On these two issues, and these two alone, relator's counsel contended they were entitled to have us issue the writ of habeas corpus and discharge them on final hearing. The State was also ably represented on the hearing, and contended that the District Court did have the authority, power and jurisdiction to issue the writ and its order was not void; that the temporary injunction issued was a continuing one and remains in force until vacated by order of the court granting it.
Without entering into a discussion of the merits of these two propositions, we are met at the threshold with the grave proposition, even if relator is entitled to relief, to which court should the application for a writ of habeas corpus be presented — to this court or the Supreme Court? They are both courts of final jurisdiction, in matters in which they have any jurisdiction, and from the action of either no appeal will lie. If we assume jurisdiction, and order the writ to issue, it should be a finality whatever order we might make, and if the Supreme Court should entertain jurisdiction and order the writ to issue, likewise its orders should be a final disposition of the matter.

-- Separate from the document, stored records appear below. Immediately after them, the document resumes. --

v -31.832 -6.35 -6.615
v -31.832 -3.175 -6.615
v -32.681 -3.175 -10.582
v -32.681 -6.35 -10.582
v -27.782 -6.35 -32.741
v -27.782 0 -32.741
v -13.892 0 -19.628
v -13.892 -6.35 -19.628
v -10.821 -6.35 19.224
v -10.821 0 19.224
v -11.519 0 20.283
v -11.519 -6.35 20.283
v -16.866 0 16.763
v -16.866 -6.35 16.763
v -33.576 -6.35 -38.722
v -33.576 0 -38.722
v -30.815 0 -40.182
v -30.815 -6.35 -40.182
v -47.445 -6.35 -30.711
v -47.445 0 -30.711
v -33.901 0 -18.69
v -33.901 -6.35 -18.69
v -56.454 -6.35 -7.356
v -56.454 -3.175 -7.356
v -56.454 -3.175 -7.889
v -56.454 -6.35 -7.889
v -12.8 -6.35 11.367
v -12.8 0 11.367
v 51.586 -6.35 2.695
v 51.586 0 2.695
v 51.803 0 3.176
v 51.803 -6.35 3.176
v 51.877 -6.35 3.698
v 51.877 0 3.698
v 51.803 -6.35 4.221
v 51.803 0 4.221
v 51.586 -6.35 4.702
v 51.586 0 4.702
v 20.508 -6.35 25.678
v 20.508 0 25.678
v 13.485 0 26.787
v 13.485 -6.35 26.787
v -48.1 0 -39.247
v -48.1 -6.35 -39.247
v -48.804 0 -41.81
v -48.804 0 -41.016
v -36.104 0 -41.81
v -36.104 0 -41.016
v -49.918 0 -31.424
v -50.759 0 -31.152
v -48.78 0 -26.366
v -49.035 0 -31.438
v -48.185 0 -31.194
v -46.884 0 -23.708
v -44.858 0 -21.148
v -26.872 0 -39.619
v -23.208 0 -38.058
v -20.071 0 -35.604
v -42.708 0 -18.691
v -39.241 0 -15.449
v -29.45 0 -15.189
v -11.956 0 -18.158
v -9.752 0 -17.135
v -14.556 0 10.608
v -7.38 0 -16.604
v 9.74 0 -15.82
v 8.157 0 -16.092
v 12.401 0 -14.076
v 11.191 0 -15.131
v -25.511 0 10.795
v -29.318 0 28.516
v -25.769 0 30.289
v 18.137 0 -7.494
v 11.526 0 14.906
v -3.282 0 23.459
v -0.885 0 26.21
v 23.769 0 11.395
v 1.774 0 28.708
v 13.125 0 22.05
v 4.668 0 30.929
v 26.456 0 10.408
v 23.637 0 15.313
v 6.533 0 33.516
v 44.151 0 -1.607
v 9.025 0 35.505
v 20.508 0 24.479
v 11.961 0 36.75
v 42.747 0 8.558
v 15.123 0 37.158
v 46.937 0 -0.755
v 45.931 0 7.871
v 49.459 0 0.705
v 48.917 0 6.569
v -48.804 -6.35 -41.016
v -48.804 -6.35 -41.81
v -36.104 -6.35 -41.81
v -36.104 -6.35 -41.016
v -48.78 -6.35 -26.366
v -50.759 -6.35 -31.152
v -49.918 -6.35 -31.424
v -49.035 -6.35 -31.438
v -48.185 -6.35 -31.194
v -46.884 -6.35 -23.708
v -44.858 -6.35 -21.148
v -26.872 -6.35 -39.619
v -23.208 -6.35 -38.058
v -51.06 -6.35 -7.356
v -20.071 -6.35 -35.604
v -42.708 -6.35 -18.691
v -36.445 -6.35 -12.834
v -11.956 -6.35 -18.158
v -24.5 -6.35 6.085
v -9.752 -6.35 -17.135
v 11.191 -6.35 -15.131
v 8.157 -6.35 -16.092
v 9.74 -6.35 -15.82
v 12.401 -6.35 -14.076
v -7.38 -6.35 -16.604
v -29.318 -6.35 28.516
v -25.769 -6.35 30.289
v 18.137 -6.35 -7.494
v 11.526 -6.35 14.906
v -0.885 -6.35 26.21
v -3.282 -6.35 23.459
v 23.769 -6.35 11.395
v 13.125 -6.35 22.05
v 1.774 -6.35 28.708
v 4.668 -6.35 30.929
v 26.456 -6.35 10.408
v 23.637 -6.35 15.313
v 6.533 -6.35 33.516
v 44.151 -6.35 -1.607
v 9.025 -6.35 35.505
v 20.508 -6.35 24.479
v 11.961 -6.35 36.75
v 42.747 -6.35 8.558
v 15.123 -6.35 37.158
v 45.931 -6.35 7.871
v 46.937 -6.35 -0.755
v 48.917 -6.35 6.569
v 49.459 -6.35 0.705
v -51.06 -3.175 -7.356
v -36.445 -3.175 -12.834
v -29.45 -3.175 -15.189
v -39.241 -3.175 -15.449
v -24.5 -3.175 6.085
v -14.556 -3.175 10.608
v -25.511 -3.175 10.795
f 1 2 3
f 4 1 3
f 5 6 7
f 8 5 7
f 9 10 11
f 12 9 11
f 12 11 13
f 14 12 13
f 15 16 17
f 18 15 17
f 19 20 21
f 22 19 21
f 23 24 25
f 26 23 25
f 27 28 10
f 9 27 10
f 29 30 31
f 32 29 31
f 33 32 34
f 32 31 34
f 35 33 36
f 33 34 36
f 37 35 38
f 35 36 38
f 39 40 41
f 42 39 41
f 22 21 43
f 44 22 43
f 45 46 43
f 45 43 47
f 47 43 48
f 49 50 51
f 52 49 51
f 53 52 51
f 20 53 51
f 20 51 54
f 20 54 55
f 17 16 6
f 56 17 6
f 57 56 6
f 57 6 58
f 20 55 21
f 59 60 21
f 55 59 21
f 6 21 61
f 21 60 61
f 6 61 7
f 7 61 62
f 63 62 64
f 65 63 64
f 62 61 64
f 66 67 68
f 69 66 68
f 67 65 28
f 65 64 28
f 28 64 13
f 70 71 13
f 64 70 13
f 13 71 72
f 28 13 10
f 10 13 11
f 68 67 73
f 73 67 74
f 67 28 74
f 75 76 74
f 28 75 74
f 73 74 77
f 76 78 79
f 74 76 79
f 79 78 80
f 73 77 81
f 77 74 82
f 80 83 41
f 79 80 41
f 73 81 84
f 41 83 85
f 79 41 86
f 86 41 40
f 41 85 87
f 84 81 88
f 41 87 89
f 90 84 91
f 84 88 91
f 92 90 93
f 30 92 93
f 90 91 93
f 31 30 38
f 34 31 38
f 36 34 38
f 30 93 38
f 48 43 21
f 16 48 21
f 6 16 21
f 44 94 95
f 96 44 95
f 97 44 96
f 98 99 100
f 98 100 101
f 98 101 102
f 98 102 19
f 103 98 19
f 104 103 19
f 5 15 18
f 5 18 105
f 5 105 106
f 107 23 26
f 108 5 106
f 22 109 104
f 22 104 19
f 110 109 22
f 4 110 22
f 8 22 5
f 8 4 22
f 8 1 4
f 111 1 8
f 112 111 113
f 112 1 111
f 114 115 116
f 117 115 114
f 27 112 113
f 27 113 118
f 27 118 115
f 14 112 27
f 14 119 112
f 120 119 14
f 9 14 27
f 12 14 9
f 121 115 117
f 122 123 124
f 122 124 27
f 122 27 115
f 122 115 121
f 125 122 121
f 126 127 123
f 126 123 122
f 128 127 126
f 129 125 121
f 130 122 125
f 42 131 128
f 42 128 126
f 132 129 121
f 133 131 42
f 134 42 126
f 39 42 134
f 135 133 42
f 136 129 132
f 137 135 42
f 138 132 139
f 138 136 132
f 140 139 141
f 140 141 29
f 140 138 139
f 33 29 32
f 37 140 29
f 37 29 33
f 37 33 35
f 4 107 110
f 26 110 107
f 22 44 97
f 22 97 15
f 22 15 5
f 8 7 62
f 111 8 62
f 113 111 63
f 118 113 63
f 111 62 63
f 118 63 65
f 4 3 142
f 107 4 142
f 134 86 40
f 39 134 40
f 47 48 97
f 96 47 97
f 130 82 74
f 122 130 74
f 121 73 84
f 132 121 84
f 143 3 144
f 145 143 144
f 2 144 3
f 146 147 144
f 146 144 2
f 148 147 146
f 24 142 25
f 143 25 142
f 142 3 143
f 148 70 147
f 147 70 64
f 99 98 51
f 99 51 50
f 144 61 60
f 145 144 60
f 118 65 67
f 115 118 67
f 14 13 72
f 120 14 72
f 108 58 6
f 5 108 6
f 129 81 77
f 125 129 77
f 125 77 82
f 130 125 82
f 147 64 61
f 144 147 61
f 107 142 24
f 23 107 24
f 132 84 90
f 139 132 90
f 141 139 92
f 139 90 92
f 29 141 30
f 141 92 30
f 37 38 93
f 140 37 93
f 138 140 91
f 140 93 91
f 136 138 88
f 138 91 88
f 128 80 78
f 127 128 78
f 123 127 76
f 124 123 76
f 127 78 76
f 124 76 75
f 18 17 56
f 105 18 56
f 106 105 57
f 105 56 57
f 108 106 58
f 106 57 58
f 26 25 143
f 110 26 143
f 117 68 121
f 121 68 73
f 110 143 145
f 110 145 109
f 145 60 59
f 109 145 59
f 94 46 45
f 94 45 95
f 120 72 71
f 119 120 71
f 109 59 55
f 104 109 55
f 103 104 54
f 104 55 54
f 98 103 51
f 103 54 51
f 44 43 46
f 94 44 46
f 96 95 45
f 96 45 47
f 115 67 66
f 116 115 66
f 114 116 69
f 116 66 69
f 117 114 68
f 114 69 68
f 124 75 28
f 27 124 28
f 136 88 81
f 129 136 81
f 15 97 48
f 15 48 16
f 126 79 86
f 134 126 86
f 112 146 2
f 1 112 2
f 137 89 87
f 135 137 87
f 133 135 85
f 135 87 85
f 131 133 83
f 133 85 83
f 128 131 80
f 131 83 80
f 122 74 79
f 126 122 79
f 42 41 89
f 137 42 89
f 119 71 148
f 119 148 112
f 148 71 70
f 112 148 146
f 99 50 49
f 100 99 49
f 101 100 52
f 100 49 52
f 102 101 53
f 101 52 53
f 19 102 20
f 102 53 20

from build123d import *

# Parameters (mm, degrees)
F1_DEPTH = 6.35
F3_DEPTH = 6.351
F5_DEPTH = 3.175
F6_W     = 12.7
F6_H     = 6.35
F7_DEPTH = 0.79375


with BuildPart() as f1:
    # F0 (on Front) → F1 (new body)
    with BuildSketch(Plane.XZ):
        with BuildLine():
            Line((-24.499685, 6.084885), (-31.832033, -6.615115))
            Line((-31.832033, -6.615115), (-32.680925, -10.581826))
            Line((-32.680925, -10.581826), (-51.059928, -7.35622))
            Line((-51.059928, -7.35622), (-56.454085, -7.35622))
            Line((-56.454085, -7.35622), (-56.454085, -7.889269))
            Line((-56.454085, -7.889269), (-36.444739, -12.834284))
            Line((-36.444739, -12.834284), (-42.707812, -18.690551))
            ThreePointArc((-42.707812, -18.690551), (-45.886659, -22.415252), (-48.779547, -26.366159))
            Line((-48.779547, -26.366159), (-50.759438, -31.151975))
            ThreePointArc((-50.759438, -31.151975), (-49.034652, -31.438473), (-47.444712, -30.711107))
            Line((-47.444712, -30.711107), (-33.90066, -18.69024))
            Line((-33.90066, -18.69024), (-48.100285, -39.247155))
            Line((-48.100285, -39.247155), (-52.266728, -49.726259))
            Line((-52.266728, -49.726259), (-49.289104, -51.483847))
            ThreePointArc((-49.289104, -51.483847), (-47.937249, -51.364421), (-46.760015, -50.68922))
            Line((-46.760015, -50.68922), (-33.575531, -38.721569))
            Line((-33.575531, -38.721569), (-30.814609, -40.181708))
            ThreePointArc((-30.814609, -40.181708), (-24.988749, -38.958576), (-20.071417, -35.603501))
            Line((-20.071417, -35.603501), (-27.781654, -32.740546))
            Line((-27.781654, -32.740546), (-13.891757, -19.627586))
            ThreePointArc((-13.891757, -19.627586), (-10.881214, -17.587078), (-7.379708, -16.603975))
            Line((-7.379708, -16.603975), (8.157321, -16.091641))
            ThreePointArc((8.157321, -16.091641), (10.488998, -15.52545), (12.401008, -14.075792))
            Line((12.401008, -14.075792), (18.136641, -7.494206))
            Line((18.136641, -7.494206), (44.15147, -1.607402))
            ThreePointArc((44.15147, -1.607402), (48.239493, -0.096798), (51.586218, 2.694848))
            ThreePointArc((51.586218, 2.694848), (51.877375, 3.698296), (51.586218, 4.701744))
            ThreePointArc((51.586218, 4.701744), (47.456215, 7.294304), (42.746603, 8.558366))
            Line((42.746603, 8.558366), (26.455848, 10.407886))
            Line((26.455848, 10.407886), (23.768522, 11.395085))
            Line((23.768522, 11.395085), (23.636915, 15.313192))
            Line((23.636915, 15.313192), (11.526386, 14.906407))
            Line((11.526386, 14.906407), (13.124879, 22.049895))
            Line((13.124879, 22.049895), (20.507815, 24.478994))
            Line((20.507815, 24.478994), (20.507815, 25.678071))
            Line((20.507815, 25.678071), (13.484901, 26.78713))
            Line((13.484901, 26.78713), (15.122742, 37.158459))
            ThreePointArc((15.122742, 37.158459), (9.02504, 35.504795), (4.668364, 30.929212))
            ThreePointArc((4.668364, 30.929212), (0.413088, 27.492182), (-3.282097, 23.459049))
            Line((-3.282097, 23.459049), (-12.800315, 11.367148))
            Line((-12.800315, 11.367148), (-10.821415, 19.223839))
            Line((-10.821415, 19.223839), (-11.518751, 20.283149))
            Line((-11.518751, 20.283149), (-16.865773, 16.763244))
            Line((-16.865773, 16.763244), (-25.769467, 30.28868))
            Line((-25.769467, 30.28868), (-29.317735, 28.515689))
            Line((-29.317735, 28.515689), (-24.499685, 6.084885))
        make_face()
    extrude(amount=F1_DEPTH)

    # F2 (on face) → F3 (cut, through all)
    with BuildSketch(Plane.XZ.offset(6.35)):
        Polygon((-36.103749, -51.509792), (-36.103749, -41.01645), (-48.803749, -41.01645), (-61.503749, -41.01645), (-61.503749, -51.509792), align=None)
    extrude(amount=-F3_DEPTH, mode=Mode.SUBTRACT)

    # F4 (on face) → F5 (cut)
    with BuildSketch(Plane(origin=(0, 0, 0), x_dir=(-1, 0, 0), z_dir=(0, 1, 0))):
        Polygon((56.454085, 11.32442), (14.556029, 10.607801), (29.449862, -15.189074), (56.454085, -15.905692), align=None)
    extrude(amount=-F5_DEPTH, mode=Mode.SUBTRACT)

    # F6 (on face) → F7 (join)
    with BuildSketch(Plane(origin=(0, 0, -41.01645), x_dir=(1, 0, 0), z_dir=(0, 0, -1))):
        with Locations((-42.453749, 3.175)):
            Rectangle(F6_W, F6_H)
    extrude(amount=F7_DEPTH)


solid = f1.part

In the case of Ex parte Allison, 48 Tex.Crim. Rep., this court entertained jurisdiction in this character of case, and held that the District Court, under a statute specifically authorizing it, had authority to enjoin persons from operating gaming houses. This opinion was rendered November 15, 1905. Mr. *Page 489 Allison not being satisfied with the decision of this court when rendered, sued out a second writ, which was granted by the Supreme Court, and their opinion was handed down February 1, 1906 (Ex parte Allison, 99 Tex. 455). It is thus seen that both this court and the Supreme Court have entertained jurisdiction and issued the writ of habeas corpus in this character of case, and in that case the Supreme Court and this court both issued a writ in the same case and passed on the same facts, and both upheld the law. Had they not arrived at the same conclusion, there would have occurred one of those conflicts that in the past have marred the jurisprudence of our State. This condition should be avoided, whenever it is in the power of the courts to do so, and either this court's order or the order the Supreme Court should be a finality.

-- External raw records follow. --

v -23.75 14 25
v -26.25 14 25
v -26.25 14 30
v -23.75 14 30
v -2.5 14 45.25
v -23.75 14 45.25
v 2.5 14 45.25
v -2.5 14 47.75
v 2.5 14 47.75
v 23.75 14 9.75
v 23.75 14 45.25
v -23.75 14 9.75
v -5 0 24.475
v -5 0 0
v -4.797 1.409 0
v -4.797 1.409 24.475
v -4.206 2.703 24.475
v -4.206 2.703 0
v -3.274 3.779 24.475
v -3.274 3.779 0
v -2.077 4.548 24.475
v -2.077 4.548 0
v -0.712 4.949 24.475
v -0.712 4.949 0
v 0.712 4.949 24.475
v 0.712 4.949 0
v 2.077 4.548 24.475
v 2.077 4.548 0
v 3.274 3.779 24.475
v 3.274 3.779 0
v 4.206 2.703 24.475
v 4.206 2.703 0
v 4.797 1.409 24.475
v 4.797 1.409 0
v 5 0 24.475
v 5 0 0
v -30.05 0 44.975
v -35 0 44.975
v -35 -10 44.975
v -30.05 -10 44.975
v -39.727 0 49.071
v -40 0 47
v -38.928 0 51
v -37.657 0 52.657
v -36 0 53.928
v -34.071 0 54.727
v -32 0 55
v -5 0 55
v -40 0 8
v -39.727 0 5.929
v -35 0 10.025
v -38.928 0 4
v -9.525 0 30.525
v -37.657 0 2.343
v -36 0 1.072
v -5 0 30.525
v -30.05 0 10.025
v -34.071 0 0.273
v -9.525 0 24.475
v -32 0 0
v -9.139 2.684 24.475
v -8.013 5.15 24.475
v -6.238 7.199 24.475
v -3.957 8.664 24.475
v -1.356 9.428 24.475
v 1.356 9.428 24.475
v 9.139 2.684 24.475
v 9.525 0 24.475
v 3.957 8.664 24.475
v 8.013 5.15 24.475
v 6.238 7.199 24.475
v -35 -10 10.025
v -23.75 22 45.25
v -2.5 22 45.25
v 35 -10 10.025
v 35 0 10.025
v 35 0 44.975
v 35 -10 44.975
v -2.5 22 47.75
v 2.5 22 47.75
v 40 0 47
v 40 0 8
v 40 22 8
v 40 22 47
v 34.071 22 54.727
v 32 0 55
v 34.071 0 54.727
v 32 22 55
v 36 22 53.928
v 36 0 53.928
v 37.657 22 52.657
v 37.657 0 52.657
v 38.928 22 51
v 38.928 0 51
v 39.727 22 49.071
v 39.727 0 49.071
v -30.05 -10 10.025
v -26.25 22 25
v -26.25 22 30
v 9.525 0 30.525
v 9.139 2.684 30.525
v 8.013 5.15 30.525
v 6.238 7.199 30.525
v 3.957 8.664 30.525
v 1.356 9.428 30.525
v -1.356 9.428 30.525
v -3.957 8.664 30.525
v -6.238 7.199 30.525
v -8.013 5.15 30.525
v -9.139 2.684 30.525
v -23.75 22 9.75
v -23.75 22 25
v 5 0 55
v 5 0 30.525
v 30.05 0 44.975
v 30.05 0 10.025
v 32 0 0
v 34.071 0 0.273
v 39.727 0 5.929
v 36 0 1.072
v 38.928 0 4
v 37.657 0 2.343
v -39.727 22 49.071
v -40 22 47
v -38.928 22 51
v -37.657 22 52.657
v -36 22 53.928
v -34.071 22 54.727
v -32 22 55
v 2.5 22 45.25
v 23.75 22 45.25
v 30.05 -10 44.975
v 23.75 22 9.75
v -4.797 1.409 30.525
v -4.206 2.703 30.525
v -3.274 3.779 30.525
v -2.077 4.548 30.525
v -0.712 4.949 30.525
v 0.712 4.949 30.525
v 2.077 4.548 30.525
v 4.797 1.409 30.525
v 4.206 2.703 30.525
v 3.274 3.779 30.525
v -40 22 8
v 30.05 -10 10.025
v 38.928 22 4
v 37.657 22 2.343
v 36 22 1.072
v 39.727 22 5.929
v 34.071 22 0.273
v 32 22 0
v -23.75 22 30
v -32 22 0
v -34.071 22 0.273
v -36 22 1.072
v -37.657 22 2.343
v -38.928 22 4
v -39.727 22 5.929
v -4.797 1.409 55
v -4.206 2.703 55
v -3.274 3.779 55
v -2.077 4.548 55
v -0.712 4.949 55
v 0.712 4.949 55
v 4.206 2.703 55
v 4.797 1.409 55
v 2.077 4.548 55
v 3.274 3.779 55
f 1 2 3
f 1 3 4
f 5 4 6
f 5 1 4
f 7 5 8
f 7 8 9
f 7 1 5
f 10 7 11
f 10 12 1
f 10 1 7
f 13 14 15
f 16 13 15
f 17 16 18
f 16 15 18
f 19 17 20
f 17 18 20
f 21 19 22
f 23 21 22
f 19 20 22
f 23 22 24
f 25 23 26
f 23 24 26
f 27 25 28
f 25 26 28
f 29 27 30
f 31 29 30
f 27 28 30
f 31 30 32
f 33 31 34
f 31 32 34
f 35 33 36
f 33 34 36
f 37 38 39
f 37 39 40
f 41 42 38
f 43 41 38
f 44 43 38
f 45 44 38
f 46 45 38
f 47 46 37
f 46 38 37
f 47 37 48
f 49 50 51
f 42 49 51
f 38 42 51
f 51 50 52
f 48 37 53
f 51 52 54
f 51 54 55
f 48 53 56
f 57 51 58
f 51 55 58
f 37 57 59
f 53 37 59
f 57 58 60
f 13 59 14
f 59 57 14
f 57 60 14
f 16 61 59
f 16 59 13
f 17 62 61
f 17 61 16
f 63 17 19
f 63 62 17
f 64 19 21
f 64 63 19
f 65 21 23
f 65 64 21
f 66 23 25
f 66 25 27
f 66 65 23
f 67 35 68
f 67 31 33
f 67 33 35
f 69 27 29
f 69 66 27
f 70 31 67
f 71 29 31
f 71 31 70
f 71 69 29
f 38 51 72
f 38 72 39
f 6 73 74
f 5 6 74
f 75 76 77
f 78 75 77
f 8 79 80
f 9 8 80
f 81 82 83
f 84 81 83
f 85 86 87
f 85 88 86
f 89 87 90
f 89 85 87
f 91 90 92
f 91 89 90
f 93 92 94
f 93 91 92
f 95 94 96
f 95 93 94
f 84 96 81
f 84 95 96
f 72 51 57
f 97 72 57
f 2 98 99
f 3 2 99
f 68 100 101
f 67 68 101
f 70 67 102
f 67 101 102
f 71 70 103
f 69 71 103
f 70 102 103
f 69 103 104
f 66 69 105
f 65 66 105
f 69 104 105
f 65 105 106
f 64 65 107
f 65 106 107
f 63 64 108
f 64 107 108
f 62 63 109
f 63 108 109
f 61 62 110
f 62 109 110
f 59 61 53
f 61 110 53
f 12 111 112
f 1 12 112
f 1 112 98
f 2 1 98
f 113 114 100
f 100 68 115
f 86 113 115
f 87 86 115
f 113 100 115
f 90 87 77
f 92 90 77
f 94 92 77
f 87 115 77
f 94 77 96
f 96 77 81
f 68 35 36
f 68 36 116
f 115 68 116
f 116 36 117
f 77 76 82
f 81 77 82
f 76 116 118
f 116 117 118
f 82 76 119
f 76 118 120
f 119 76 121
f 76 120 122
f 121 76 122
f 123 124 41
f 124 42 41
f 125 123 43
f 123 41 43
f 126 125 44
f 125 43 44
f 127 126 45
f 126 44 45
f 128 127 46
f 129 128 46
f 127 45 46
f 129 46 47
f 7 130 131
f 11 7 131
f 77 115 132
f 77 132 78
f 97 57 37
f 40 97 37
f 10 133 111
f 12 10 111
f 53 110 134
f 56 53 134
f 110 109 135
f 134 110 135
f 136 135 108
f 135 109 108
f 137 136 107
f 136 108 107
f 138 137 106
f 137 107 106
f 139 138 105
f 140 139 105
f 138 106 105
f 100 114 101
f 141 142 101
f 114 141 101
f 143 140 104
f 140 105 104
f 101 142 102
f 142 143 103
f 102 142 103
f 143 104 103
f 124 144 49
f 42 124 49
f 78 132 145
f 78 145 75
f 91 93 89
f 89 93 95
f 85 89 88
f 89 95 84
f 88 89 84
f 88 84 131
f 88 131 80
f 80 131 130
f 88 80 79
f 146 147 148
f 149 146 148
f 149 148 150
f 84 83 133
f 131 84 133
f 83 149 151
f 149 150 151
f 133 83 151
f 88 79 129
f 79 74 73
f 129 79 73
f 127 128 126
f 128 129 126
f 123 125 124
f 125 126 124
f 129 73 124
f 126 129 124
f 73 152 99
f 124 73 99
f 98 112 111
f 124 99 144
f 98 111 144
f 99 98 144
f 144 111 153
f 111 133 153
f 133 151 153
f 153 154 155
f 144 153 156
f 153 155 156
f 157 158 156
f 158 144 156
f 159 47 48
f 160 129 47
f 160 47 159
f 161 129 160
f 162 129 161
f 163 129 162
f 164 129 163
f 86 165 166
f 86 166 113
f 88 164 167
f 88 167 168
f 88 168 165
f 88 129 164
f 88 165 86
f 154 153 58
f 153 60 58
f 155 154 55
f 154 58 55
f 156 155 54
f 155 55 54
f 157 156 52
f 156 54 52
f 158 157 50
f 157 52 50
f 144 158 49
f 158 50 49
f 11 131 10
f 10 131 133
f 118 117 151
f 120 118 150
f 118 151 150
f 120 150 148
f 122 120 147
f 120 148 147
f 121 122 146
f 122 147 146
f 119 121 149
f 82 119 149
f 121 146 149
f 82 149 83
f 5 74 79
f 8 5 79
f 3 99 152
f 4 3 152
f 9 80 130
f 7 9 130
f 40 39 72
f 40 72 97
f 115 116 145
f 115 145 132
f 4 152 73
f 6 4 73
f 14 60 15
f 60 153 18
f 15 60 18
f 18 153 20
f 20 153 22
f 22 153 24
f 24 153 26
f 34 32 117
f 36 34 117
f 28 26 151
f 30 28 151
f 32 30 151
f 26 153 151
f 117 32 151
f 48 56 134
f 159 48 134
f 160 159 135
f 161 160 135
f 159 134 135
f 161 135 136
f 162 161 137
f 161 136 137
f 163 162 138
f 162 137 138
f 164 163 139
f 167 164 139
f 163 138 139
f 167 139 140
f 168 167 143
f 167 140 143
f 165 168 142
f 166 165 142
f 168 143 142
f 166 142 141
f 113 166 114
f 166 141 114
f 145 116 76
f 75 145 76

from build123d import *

# Parameters (mm, degrees)
SALIENTE_EXTRUIR1_DEPTH = 55
CROQUIS2_R              = 9.525
CORTAR_EXTRUIR1_DEPTH   = 3.025
CROQUIS3_W              = 4.95
CROQUIS3_H              = 34.95
SALIENTE_EXTRUIR2_DEPTH = 10
REDONDEO1_R             = 8
CORTAR_EXTRUIR2_DEPTH   = 8


with BuildPart() as part:
    # Croquis1 → Saliente-Extruir1 (new body)
    with BuildSketch(Plane.XY):
        with BuildLine():
            Line((-40, 0), (-5, 0))
            ThreePointArc((-5, 0), (0, 5), (5, 0))
            Line((5, 0), (40, 0))
            Line((40, 0), (40, 22))
            Line((40, 22), (-40, 22))
            Line((-40, 22), (-40, 0))
        make_face()
    extrude(amount=SALIENTE_EXTRUIR1_DEPTH)

    # Croquis2 → Cortar-Extruir1 (cut, symmetric)
    with BuildSketch(Plane.XY.offset(27.5)):
        Circle(CROQUIS2_R)
    extrude(amount=CORTAR_EXTRUIR1_DEPTH, both=True, mode=Mode.SUBTRACT)

    # Croquis3 → Saliente-Extruir2 (add)
    with BuildSketch(Plane.XZ):
        with Locations((-32.525, 27.5)):
            Rectangle(CROQUIS3_W, CROQUIS3_H)
        with Locations((32.525, 27.5)):
            Rectangle(CROQUIS3_W, CROQUIS3_H)
    extrude(amount=SALIENTE_EXTRUIR2_DEPTH)

    # Redondeo1
    redondeo1_edges = [part.edges().sort_by_distance(p)[0] for p in [
        (40, 11, 55),
        (-40, 11, 55),
        (-40, 11, 0),
        (40, 11, 0),
    ]]
    fillet(redondeo1_edges, radius=REDONDEO1_R)

    # Croquis6 → Cortar-Extruir2 (cut)
    with BuildSketch(Plane(origin=(0, 22, 0), x_dir=(1, 0, 0), z_dir=(0, 1, 0))):
        Polygon((-23.75, -45.25), (-2.5, -45.25), (-2.5, -47.75), (2.5, -47.75), (2.5, -45.25), (23.75, -45.25), (23.75, -9.75), (-23.75, -9.75), (-23.75, -25), (-26.25, -25), (-26.25, -30), (-23.75, -30), align=None)
    extrude(amount=-CORTAR_EXTRUIR2_DEPTH, mode=Mode.SUBTRACT)


solid = part.part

Our whole judicial system is built upon the principle that the Supreme Court should have final and absolute jurisdiction in all civil cases, and this court should have final and absolute jurisdiction in all criminal cases, and if this true dividing line be at all times kept in mind, we do not think that a conflict in jurisdiction nor in the opinions of the courts can or should arise again. Without passing on the question whether or not we have the authority under the Constitution to issue the writ, we go to the question, is it the policy of the law of this State that we do issue it? To decline to do so deprives relator of no right, for he can at once apply to the Supreme Court for a writ. There are many reasons that arise in our mind why the application should be made to the Supreme Court and not to this court. If we entertain jurisdiction, and we held that the district judge had no jurisdiction, we could only discharge this relator and could make no other order. Should the Supreme Court grant the writ and entertain that view, it could not only discharge this relator, but by mandamus compel the vacating of the temporary injunction and thus finally determine the question, releasing some ten or a dozen defendants, and save each from suing out writs of habeas corpus. We could not do so, and if, on the other hand, we held that the court had authority to issue the writ of injunction, and should remand the relator, he could at once move to dissolve the injunction, and if the court refused to do so, he could at once appeal, and this appeal could never under any circumstances come to this court, but would go to the Supreme Court for final adjudication, and its decision should and would be final in the premises, and binding on all courts of this State, while our opinion in the premises as is thus shown would not be final. We have no civil jurisdiction.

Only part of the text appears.